More recently, Facebook Live, the company's streaming video offering, allows people to broadcast and post live videos of themselves directly to Facebook in real-time. The company has struck deals with major media companies and publishers like BuzzFeed and The New York Times to produce live content exclusively for Facebook; Facebook pays The Times for some of the live content.
The more acclimated users are to seeing video content on Facebook, the thinking goes, the less disruptive it will be for people to view video ads alongside them.
The push is already paying off. Facebook on Wednesday said users spend more time on the network as a result of the increase in video content posted to the site.
"Think about what video looks like on Facebook. The most effective video ads are really built for social," Sheryl Sandberg, Facebook's chief operating officer, said in an interview. "We see even better engagement with videos that are actually put together for Facebook."
Facebook has shown it is skilled at adapting to new ad formats and industry trends. As people moved away from desktops to smartphones en masse five years ago, Facebook quickly shifted its advertising business to focus on mobile sales. Today, mobile ads constitute roughly 84 per cent of Facebook's overall advertising revenue.

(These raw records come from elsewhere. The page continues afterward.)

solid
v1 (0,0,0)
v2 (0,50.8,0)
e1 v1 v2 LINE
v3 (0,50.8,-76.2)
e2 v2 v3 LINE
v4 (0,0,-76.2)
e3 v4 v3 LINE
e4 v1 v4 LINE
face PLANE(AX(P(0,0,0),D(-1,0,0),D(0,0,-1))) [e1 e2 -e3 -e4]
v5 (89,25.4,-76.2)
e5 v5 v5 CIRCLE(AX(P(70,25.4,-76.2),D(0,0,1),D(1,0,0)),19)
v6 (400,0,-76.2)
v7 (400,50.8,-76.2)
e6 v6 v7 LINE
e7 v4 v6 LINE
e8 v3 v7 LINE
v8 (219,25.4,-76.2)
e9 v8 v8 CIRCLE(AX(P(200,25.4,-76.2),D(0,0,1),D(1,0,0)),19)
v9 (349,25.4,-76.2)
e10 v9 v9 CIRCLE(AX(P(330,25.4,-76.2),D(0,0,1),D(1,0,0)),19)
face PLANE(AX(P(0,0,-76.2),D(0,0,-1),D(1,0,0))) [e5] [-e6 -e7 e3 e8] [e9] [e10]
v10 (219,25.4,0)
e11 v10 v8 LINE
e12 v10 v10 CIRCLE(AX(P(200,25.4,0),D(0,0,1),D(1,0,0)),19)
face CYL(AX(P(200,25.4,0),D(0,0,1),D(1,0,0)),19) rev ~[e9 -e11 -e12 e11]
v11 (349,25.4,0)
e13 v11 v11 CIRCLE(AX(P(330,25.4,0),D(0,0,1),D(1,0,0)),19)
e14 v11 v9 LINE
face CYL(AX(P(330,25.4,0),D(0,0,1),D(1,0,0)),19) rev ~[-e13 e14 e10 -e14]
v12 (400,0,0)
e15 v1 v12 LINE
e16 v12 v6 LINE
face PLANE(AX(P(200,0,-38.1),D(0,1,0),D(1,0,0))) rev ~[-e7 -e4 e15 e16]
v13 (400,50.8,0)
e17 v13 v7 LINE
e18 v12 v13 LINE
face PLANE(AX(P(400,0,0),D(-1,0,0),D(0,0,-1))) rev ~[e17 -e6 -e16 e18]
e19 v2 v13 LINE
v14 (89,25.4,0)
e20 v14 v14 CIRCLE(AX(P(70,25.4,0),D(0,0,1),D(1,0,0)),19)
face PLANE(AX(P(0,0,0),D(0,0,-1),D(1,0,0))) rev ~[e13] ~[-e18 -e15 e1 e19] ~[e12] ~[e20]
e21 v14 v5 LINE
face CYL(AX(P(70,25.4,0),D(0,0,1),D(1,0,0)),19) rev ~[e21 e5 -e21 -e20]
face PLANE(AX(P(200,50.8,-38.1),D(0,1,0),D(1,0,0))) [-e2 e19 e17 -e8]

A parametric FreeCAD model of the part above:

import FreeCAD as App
import Part
import Sketcher
from FreeCAD import Vector


def add_polygon(sketch, points):
    """Adds a closed chain of lines whose ends are joined by coincident constraints."""
    first, n = sketch.GeometryCount, len(points)
    for a, b in zip(points, points[1:] + points[:1]):
        sketch.addGeometry(Part.LineSegment(App.Vector(*a, 0), App.Vector(*b, 0)), False)
    for i in range(n):
        sketch.addConstraint(Sketcher.Constraint("Coincident", first + i, 2, first + (i + 1) % n, 1))

doc = App.newDocument("Part")
body = doc.addObject("PartDesign::Body", "Body")

sketch1 = body.newObject("Sketcher::SketchObject", "Sketch")
sketch1.AttachmentSupport = (doc.getObject("XZ_Plane"), [""])
sketch1.MapMode = "FlatFace"
add_polygon(sketch1, [(0, -76), (0, 0), (400, 0), (400, -76)])
sketch1.addConstraint(Sketcher.Constraint("Vertical", 0))
sketch1.addConstraint(Sketcher.Constraint("Horizontal", 1))
sketch1.addConstraint(Sketcher.Constraint("Vertical", 2))
sketch1.addConstraint(Sketcher.Constraint("Horizontal", 3))
sketch1.addConstraint(Sketcher.Constraint("Coincident", 0, 2, -1, 1))
sketch1.addConstraint(Sketcher.Constraint("DistanceX", 1, 1, 1, 2, 400.0))
sketch1.addConstraint(Sketcher.Constraint("DistanceY", 0, 1, 0, 2, 76.2))
pad1 = body.newObject("PartDesign::Pad", "Pad")
pad1.Profile = sketch1
pad1.Length = 50.8
pad1.Reversed = True

sketch2 = body.newObject("Sketcher::SketchObject", "Sketch001")
sketch2.AttachmentSupport = (doc.getObject("XY_Plane"), [""])
sketch2.MapMode = "FlatFace"
sketch2.addGeometry(Part.Circle(Vector(70, 25, 0), Vector(0, 0, 1), 19), False)
sketch2.addGeometry(Part.Circle(Vector(200, 25, 0), Vector(0, 0, 1), 19), False)
sketch2.addGeometry(Part.Circle(Vector(330, 25, 0), Vector(0, 0, 1), 19), False)
sketch2.addConstraint(Sketcher.Constraint("Equal", 0, 1))
sketch2.addConstraint(Sketcher.Constraint("Equal", 1, 2))
sketch2.addConstraint(Sketcher.Constraint("Horizontal", 0, 3, 1, 3))
sketch2.addConstraint(Sketcher.Constraint("Horizontal", 1, 3, 2, 3))
sketch2.addConstraint(Sketcher.Constraint("Diameter", 0, 38.0))
sketch2.addConstraint(Sketcher.Constraint("DistanceX", -1, 1, 0, 3, 70.0))
sketch2.addConstraint(Sketcher.Constraint("DistanceX", -1, 1, 1, 3, 200.0))
sketch2.addConstraint(Sketcher.Constraint("DistanceX", -1, 1, 2, 3, 330.0))
sketch2.addConstraint(Sketcher.Constraint("DistanceY", -1, 1, 0, 3, 25.4))
pocket1 = body.newObject("PartDesign::Pocket", "Pocket")
pocket1.Profile = sketch2
pocket1.Length = 76.2

doc.recompute()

"Three or four years ago, the single most important trend to figure out on the internet was mobile," said Mark Mahaney, an analyst from RBC Capital Markets. "These days, the single most important trend to figure out on the internet is video. And from a financial perspective, it seems like Facebook is figuring out the video-fication of the internet better than anyone else."
Zuckerberg foresees a future where Facebook is far more advanced in video than simply automatically playing them in the News Feed. He has tasked his top lieutenants to work on virtual reality and 360-degree cameras, which will aid videos and protect Facebook against fading into obscurity.
"Just as people used words and text to express themselves in the past, in the future more of that is going to be video," Zuckerberg said. "And more of these augmented-reality tools are going to be an important part of delivering that experience."